The gloomy picture of a climate out of control, and of defences being overwhelmed, brought renewed calls for faster and more radical government action, especially by the United States, the largest generator of the carbon dioxide that is a key greenhouse gas leading to warming.
The analysis found that on average Britain would warm by between two and five degrees centigrade in the coming century, though the rise would be greater over land, reaching up to eight degrees centigrade in the south and east. To stabilise the levels of carbon dioxide would become harder, the Defra report said.
"We're already seeing the some change created by the greenhouse emissions of the Seventies," said Geoff Jenkins, head of the climate prediction group at the Hadley Centre. "We expect the trend to continue."
In the south and east, which are most affected by the continental land mass, summer sunshine will increase by 20 per cent, but winter rainfall will increase by 25 per cent, and summer rainfall could halve.
"The United Kingdom is facing a future of unprecedented change," Defra said. "Cutting emissions now and in the future will go some way to prevent the worst effects, but our past emissions mean some degree of change is inevitable."
A spokesman for the environment group Greenpeace said: "Things need to be done now.

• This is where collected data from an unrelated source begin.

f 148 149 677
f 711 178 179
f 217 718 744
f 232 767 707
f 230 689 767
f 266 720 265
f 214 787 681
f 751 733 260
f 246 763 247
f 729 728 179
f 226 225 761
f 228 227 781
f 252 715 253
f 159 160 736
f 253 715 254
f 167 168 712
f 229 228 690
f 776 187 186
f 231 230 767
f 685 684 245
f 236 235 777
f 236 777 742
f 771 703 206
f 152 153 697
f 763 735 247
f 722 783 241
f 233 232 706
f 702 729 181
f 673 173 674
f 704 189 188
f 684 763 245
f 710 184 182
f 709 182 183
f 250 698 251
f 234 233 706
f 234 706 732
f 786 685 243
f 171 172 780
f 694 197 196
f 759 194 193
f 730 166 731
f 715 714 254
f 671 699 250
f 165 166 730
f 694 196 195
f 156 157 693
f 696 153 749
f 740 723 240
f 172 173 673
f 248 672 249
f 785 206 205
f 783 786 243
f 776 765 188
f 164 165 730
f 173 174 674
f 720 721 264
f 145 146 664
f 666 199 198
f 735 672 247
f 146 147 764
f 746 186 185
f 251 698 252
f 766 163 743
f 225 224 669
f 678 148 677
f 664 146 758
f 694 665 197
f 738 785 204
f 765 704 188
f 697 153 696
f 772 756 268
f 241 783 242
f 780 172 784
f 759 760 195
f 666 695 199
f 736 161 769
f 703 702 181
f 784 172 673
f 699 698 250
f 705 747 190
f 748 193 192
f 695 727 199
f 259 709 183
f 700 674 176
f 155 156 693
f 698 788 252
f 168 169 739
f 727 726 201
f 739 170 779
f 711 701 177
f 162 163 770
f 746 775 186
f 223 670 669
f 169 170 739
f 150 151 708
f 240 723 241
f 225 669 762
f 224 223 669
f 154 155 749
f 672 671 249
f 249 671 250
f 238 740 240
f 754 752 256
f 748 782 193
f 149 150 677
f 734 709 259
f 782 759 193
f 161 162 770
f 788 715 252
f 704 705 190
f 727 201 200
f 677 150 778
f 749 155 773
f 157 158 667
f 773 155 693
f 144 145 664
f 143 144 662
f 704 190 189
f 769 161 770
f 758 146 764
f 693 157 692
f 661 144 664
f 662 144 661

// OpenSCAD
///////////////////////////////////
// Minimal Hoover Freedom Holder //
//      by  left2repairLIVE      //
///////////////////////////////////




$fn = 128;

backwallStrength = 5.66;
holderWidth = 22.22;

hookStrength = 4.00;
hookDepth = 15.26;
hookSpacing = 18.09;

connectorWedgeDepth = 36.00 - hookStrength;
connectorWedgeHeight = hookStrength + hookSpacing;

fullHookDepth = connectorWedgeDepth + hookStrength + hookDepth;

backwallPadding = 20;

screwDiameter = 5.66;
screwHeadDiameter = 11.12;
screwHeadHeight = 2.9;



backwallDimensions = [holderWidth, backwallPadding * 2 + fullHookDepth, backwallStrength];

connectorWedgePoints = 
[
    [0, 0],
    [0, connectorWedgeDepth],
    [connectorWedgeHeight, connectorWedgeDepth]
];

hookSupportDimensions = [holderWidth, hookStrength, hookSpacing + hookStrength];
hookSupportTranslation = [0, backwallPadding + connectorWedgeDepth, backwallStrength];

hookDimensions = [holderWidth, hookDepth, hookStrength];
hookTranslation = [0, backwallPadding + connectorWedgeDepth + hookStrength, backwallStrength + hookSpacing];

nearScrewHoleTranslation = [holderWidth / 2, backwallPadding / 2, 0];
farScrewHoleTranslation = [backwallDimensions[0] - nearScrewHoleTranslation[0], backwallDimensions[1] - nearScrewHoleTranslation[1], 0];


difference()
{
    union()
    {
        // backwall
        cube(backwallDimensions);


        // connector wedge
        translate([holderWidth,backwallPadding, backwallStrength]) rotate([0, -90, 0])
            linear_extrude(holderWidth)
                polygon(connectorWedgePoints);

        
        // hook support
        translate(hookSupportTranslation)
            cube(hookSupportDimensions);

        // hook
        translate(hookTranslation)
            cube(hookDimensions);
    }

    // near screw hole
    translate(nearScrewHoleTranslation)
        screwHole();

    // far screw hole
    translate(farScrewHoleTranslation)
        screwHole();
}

Global warming is happening and it will affect people in the developing world more than anywhere else. Many lives are going to be lost to global warming unless action is taken now. One would hope that this report is a spur for White House action."
America has been reluctant to make firm commitments to reducing carbon dioxide emissions, having snubbed the Kyoto Treaty, which was intended to reduce emissions from industrialised countries below their 1990 levels by 2010. Britain has committed itself to meeting those targets.
But measurements taken by the Hadley Centre show "carbon feedback" from forests and natural vegetation – as rain forests are cut down and burnt – is rising and could accelerate global warming even further.
The atmospheric concentration of many greenhouse gases reached their highest levels in 2001; global temperatures continued to rise with 2002, 2001 and 1998 being the hottest years on record.
Defra said it had strategies in place to cope with flooding.